Fig. 4 Zymograms with co-polymerized gelatin, feather keratin, casein, BSA or hemoglobin. Enzyme extracts of B. subtilis 1271, B. cereus 1268 and B. licheniformis 1269 were prepared as described in material and methods. Gel strips containing 30 ll of concentrated culture supernatant were incubated for 48 h at 37°C in 0.5 M Tris– HCl, pH 7.4. The molecular masses of the peptidases, expressed in kDa, are shown on the left

To characterize the extracellular proteolytic activities of Bacillus spp. isolates, zymogram gels containing keratin or gelatin as substrates were incubated in the absence and in the presence of proteolytic inhibitors of the four major peptidase classes (aspartic, cysteine, serine and metallopeptidase).
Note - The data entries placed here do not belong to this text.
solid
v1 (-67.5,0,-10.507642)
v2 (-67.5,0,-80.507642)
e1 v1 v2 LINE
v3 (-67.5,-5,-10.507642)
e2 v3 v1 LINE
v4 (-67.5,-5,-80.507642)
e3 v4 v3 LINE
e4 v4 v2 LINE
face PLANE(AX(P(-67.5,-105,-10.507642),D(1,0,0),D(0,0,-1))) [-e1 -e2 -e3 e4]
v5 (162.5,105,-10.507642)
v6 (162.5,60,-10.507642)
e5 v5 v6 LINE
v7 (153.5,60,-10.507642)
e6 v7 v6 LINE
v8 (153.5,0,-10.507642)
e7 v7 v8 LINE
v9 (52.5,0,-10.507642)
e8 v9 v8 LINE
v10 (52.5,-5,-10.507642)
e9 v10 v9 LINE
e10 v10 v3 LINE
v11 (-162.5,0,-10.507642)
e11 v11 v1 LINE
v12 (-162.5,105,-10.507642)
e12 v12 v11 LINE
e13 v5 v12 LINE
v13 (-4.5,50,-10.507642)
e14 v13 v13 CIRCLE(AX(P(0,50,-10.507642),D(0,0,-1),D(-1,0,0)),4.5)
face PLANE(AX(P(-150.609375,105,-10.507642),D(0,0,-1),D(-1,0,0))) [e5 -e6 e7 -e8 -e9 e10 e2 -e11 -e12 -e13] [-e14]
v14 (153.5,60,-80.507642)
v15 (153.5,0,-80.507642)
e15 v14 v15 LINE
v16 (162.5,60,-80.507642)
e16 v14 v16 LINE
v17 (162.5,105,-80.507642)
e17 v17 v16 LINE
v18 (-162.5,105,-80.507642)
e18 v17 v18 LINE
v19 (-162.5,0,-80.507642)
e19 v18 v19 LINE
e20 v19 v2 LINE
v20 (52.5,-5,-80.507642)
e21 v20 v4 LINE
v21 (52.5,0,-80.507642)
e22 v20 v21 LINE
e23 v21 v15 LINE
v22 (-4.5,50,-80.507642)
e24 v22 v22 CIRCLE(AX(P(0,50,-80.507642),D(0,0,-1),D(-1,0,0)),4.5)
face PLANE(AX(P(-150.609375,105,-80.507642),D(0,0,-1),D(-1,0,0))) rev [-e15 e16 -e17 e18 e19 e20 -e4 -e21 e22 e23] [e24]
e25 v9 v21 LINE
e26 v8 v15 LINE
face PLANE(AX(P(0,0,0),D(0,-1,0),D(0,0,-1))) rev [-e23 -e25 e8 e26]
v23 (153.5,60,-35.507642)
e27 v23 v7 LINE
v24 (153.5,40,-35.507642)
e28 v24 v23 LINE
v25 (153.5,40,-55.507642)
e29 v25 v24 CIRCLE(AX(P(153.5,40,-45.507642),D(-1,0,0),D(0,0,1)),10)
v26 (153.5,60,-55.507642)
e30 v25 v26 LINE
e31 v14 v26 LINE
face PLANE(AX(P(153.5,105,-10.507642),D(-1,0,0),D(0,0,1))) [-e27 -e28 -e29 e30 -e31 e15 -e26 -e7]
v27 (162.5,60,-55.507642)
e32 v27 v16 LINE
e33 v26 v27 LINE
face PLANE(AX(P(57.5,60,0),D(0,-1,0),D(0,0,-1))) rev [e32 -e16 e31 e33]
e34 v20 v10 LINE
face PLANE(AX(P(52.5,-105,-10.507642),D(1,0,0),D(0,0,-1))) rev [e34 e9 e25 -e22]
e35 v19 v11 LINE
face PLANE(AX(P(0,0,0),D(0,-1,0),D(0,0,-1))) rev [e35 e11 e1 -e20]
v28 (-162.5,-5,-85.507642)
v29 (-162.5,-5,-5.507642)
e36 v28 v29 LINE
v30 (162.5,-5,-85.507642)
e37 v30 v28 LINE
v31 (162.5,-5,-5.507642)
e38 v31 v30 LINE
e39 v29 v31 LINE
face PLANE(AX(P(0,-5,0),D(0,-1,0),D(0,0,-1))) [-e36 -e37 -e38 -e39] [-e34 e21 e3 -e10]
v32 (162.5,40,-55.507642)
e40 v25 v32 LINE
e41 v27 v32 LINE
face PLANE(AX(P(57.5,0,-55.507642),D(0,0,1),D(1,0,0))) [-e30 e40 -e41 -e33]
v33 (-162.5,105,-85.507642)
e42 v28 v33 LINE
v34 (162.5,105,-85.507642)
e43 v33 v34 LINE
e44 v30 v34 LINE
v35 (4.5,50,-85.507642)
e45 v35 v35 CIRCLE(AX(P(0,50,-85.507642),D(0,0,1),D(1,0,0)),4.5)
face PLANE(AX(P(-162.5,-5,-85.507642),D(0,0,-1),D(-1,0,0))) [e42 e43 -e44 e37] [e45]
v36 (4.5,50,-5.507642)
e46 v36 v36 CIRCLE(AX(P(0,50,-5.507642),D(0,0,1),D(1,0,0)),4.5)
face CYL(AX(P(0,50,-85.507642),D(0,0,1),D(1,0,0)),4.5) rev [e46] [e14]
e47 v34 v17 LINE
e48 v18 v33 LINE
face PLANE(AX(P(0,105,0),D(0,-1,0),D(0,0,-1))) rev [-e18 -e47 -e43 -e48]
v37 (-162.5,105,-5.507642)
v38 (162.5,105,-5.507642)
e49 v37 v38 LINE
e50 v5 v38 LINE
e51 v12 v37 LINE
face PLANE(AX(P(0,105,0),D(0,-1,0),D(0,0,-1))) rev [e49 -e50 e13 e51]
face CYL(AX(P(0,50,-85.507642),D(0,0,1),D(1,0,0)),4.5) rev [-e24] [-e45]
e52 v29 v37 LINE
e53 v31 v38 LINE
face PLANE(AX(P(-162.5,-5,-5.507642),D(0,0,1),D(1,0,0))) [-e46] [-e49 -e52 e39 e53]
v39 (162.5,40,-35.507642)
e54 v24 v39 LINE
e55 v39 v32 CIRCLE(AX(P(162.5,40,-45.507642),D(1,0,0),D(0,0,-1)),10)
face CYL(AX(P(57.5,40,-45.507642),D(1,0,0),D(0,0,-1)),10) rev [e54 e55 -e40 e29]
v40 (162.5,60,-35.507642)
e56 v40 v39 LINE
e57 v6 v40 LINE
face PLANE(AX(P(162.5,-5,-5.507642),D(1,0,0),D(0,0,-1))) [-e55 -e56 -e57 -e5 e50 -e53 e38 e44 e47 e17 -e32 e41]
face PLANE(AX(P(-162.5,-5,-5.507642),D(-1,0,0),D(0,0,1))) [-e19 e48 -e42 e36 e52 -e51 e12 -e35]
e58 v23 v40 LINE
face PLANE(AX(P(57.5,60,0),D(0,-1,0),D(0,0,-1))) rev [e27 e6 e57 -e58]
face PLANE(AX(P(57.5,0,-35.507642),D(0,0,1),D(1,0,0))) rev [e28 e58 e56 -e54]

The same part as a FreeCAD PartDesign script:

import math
import FreeCAD as App
import Part
import Sketcher

V = App.Vector


def add_polygon(sketch, points):
    """Adds a closed chain of lines whose ends are joined by coincident constraints."""
    first, n = sketch.GeometryCount, len(points)
    for a, b in zip(points, points[1:] + points[:1]):
        sketch.addGeometry(Part.LineSegment(App.Vector(*a, 0), App.Vector(*b, 0)), False)
    for i in range(n):
        sketch.addConstraint(Sketcher.Constraint("Coincident", first + i, 2, first + (i + 1) % n, 1))

doc = App.newDocument("Part")
body = doc.addObject("PartDesign::Body", "Body")

sketch1 = body.newObject("Sketcher::SketchObject", "Sketch")
sketch1.AttachmentSupport = (doc.getObject("XZ_Plane"), [""])
sketch1.MapMode = "FlatFace"
add_polygon(sketch1, [(-162, -86), (-162, -6), (162, -6), (162, -86)])
sketch1.addConstraint(Sketcher.Constraint("Vertical", 0))
sketch1.addConstraint(Sketcher.Constraint("Horizontal", 1))
sketch1.addConstraint(Sketcher.Constraint("Vertical", 2))
sketch1.addConstraint(Sketcher.Constraint("Horizontal", 3))
sketch1.addConstraint(Sketcher.Constraint("DistanceX", 1, 1, 1, 2, 325.0))
sketch1.addConstraint(Sketcher.Constraint("DistanceY", 0, 1, 0, 2, 80.0))
sketch1.addConstraint(Sketcher.Constraint("DistanceX", 0, 2, -1, 1, 162.5))
sketch1.addConstraint(Sketcher.Constraint("DistanceY", 0, 2, -1, 1, 5.507642))
pad1 = body.newObject("PartDesign::Pad", "Pad")
pad1.Profile = sketch1
pad1.Length = 5

sketch2 = body.newObject("Sketcher::SketchObject", "Sketch001")
sketch2.AttachmentSupport = (doc.getObject("XZ_Plane"), [""])
sketch2.MapMode = "FlatFace"
add_polygon(sketch2, [(-162.5, -80.5), (153.5, -80.5), (153.5, -10.5), (-162.5, -10.5), (-162.5, -5.5), (162.5, -5.5), (162.5, -85.5), (-162.5, -85.5)])
sketch2.addConstraint(Sketcher.Constraint("Horizontal", 0))
sketch2.addConstraint(Sketcher.Constraint("Vertical", 1))
sketch2.addConstraint(Sketcher.Constraint("Horizontal", 2))
sketch2.addConstraint(Sketcher.Constraint("Vertical", 3))
sketch2.addConstraint(Sketcher.Constraint("Horizontal", 4))
sketch2.addConstraint(Sketcher.Constraint("Vertical", 5))
sketch2.addConstraint(Sketcher.Constraint("Horizontal", 6))
sketch2.addConstraint(Sketcher.Constraint("Vertical", 7))
sketch2.addConstraint(Sketcher.Constraint("Vertical", 3, 2, 6, 2))
sketch2.addConstraint(Sketcher.Constraint("Equal", 3, 7))
sketch2.addConstraint(Sketcher.Constraint("DistanceX", 0, 1, 0, 2, 316.0))
sketch2.addConstraint(Sketcher.Constraint("DistanceX", 4, 1, 4, 2, 325.0))
sketch2.addConstraint(Sketcher.Constraint("DistanceY", 1, 1, 1, 2, 70.0))
sketch2.addConstraint(Sketcher.Constraint("DistanceY", 3, 1, 3, 2, 5.0))
sketch2.addConstraint(Sketcher.Constraint("DistanceX", -1, 1, 0, 2, 153.5))
sketch2.addConstraint(Sketcher.Constraint("DistanceY", 0, 2, -1, 1, 80.507642))
pad2 = body.newObject("PartDesign::Pad", "Pad001")
pad2.Profile = sketch2
pad2.Length = 105
pad2.Reversed = True

sketch3 = body.newObject("Sketcher::SketchObject", "Sketch002")
sketch3.AttachmentSupport = (doc.getObject("XY_Plane"), [""])
sketch3.MapMode = "FlatFace"
sketch3.AttachmentOffset = App.Placement(V(0, 0, -5.507642), App.Rotation())
sketch3.addGeometry(Part.Circle(V(0, 50, 0), V(0, 0, 1), 4.5), False)
sketch3.addConstraint(Sketcher.Constraint("PointOnObject", 0, 3, -2))
sketch3.addConstraint(Sketcher.Constraint("Diameter", 0, 9.0))
sketch3.addConstraint(Sketcher.Constraint("DistanceY", -1, 1, 0, 3, 50.0))
pocket1 = body.newObject("PartDesign::Pocket", "Pocket")
pocket1.Profile = sketch3
pocket1.Type = "ThroughAll"
pocket1.Midplane = True

sketch4 = body.newObject("Sketcher::SketchObject", "Sketch003")
sketch4.AttachmentSupport = (doc.getObject("XZ_Plane"), [""])
sketch4.MapMode = "FlatFace"
add_polygon(sketch4, [(-68, -81), (-68, -11), (52, -11), (52, -81)])
sketch4.addConstraint(Sketcher.Constraint("Vertical", 0))
sketch4.addConstraint(Sketcher.Constraint("Horizontal", 1))
sketch4.addConstraint(Sketcher.Constraint("Vertical", 2))
sketch4.addConstraint(Sketcher.Constraint("Horizontal", 3))
sketch4.addConstraint(Sketcher.Constraint("DistanceX", 1, 1, 1, 2, 120.0))
sketch4.addConstraint(Sketcher.Constraint("DistanceY", 0, 1, 0, 2, 70.0))
sketch4.addConstraint(Sketcher.Constraint("DistanceX", 0, 2, -1, 1, 67.5))
sketch4.addConstraint(Sketcher.Constraint("DistanceY", 0, 2, -1, 1, 10.507642))
pocket2 = body.newObject("PartDesign::Pocket", "Pocket001")
pocket2.Profile = sketch4
pocket2.Length = 105
pocket2.Reversed = True

sketch5 = body.newObject("Sketcher::SketchObject", "Sketch004")
sketch5.AttachmentSupport = (doc.getObject("YZ_Plane"), [""])
sketch5.MapMode = "FlatFace"
sketch5.AttachmentOffset = App.Placement(V(0, 0, 162.5), App.Rotation())
sketch5.addGeometry(Part.LineSegment(V(105, -81, 0), V(105, -11, 0)), False)
sketch5.addGeometry(Part.LineSegment(V(105, -11, 0), V(60, -11, 0)), False)
sketch5.addGeometry(Part.LineSegment(V(60, -11, 0), V(60, -36, 0)), False)
sketch5.addGeometry(Part.LineSegment(V(60, -36, 0), V(40, -36, 0)), False)
sketch5.addGeometry(Part.ArcOfCircle(Part.Circle(V(40, -46, 0), V(0, 0, 1), 10), math.radians(90), math.radians(270)), False)
sketch5.addGeometry(Part.LineSegment(V(40, -56, 0), V(60, -56, 0)), False)
sketch5.addGeometry(Part.LineSegment(V(60, -56, 0), V(60, -81, 0)), False)
sketch5.addGeometry(Part.LineSegment(V(60, -81, 0), V(105, -81, 0)), False)
sketch5.addConstraint(Sketcher.Constraint("Coincident", 0, 2, 1, 1))
sketch5.addConstraint(Sketcher.Constraint("Coincident", 1, 2, 2, 1))
sketch5.addConstraint(Sketcher.Constraint("Coincident", 2, 2, 3, 1))
sketch5.addConstraint(Sketcher.Constraint("Tangent", 3, 2, 4, 1))
sketch5.addConstraint(Sketcher.Constraint("Tangent", 4, 2, 5, 1))
sketch5.addConstraint(Sketcher.Constraint("Coincident", 5, 2, 6, 1))
sketch5.addConstraint(Sketcher.Constraint("Coincident", 6, 2, 7, 1))
sketch5.addConstraint(Sketcher.Constraint("Coincident", 7, 2, 0, 1))
sketch5.addConstraint(Sketcher.Constraint("Vertical", 0))
sketch5.addConstraint(Sketcher.Constraint("Horizontal", 1))
sketch5.addConstraint(Sketcher.Constraint("Vertical", 2))
sketch5.addConstraint(Sketcher.Constraint("Horizontal", 3))
sketch5.addConstraint(Sketcher.Constraint("Horizontal", 5))
sketch5.addConstraint(Sketcher.Constraint("Vertical", 6))
sketch5.addConstraint(Sketcher.Constraint("Horizontal", 7))
sketch5.addConstraint(Sketcher.Constraint("Vertical", 2, 2, 5, 2))
sketch5.addConstraint(Sketcher.Constraint("Equal", 2, 6))
sketch5.addConstraint(Sketcher.Constraint("Radius", 4, 10.0))
sketch5.addConstraint(Sketcher.Constraint("DistanceX", 1, 2, 1, 1, 45.0))
sketch5.addConstraint(Sketcher.Constraint("DistanceX", 3, 2, 3, 1, 20.0))
sketch5.addConstraint(Sketcher.Constraint("DistanceY", 0, 1, 0, 2, 70.0))
sketch5.addConstraint(Sketcher.Constraint("DistanceX", -1, 1, 4, 3, 40.0))
sketch5.addConstraint(Sketcher.Constraint("DistanceY", 4, 3, -1, 1, 45.507642))
pocket3 = body.newObject("PartDesign::Pocket", "Pocket002")
pocket3.Profile = sketch5
pocket3.Length = 105

doc.recompute()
The proteolytic inhibition results showed that the profiles of the extracellular peptidases expressed by

these Bacillus spp. are composed of serine peptidases (Fig. 6). As shown in Table 1, keratinases and peptidases were strongly inhibited by PMFS. E-64 (a cysteine peptidase inhibitor), pepstatin A (an aspartic peptidase inhibitor), EDTA and 1,10-phenanthroline (metallopeptidase inhibitor or metal-dependent enzyme) did not alter significantly the behavior of the enzymes.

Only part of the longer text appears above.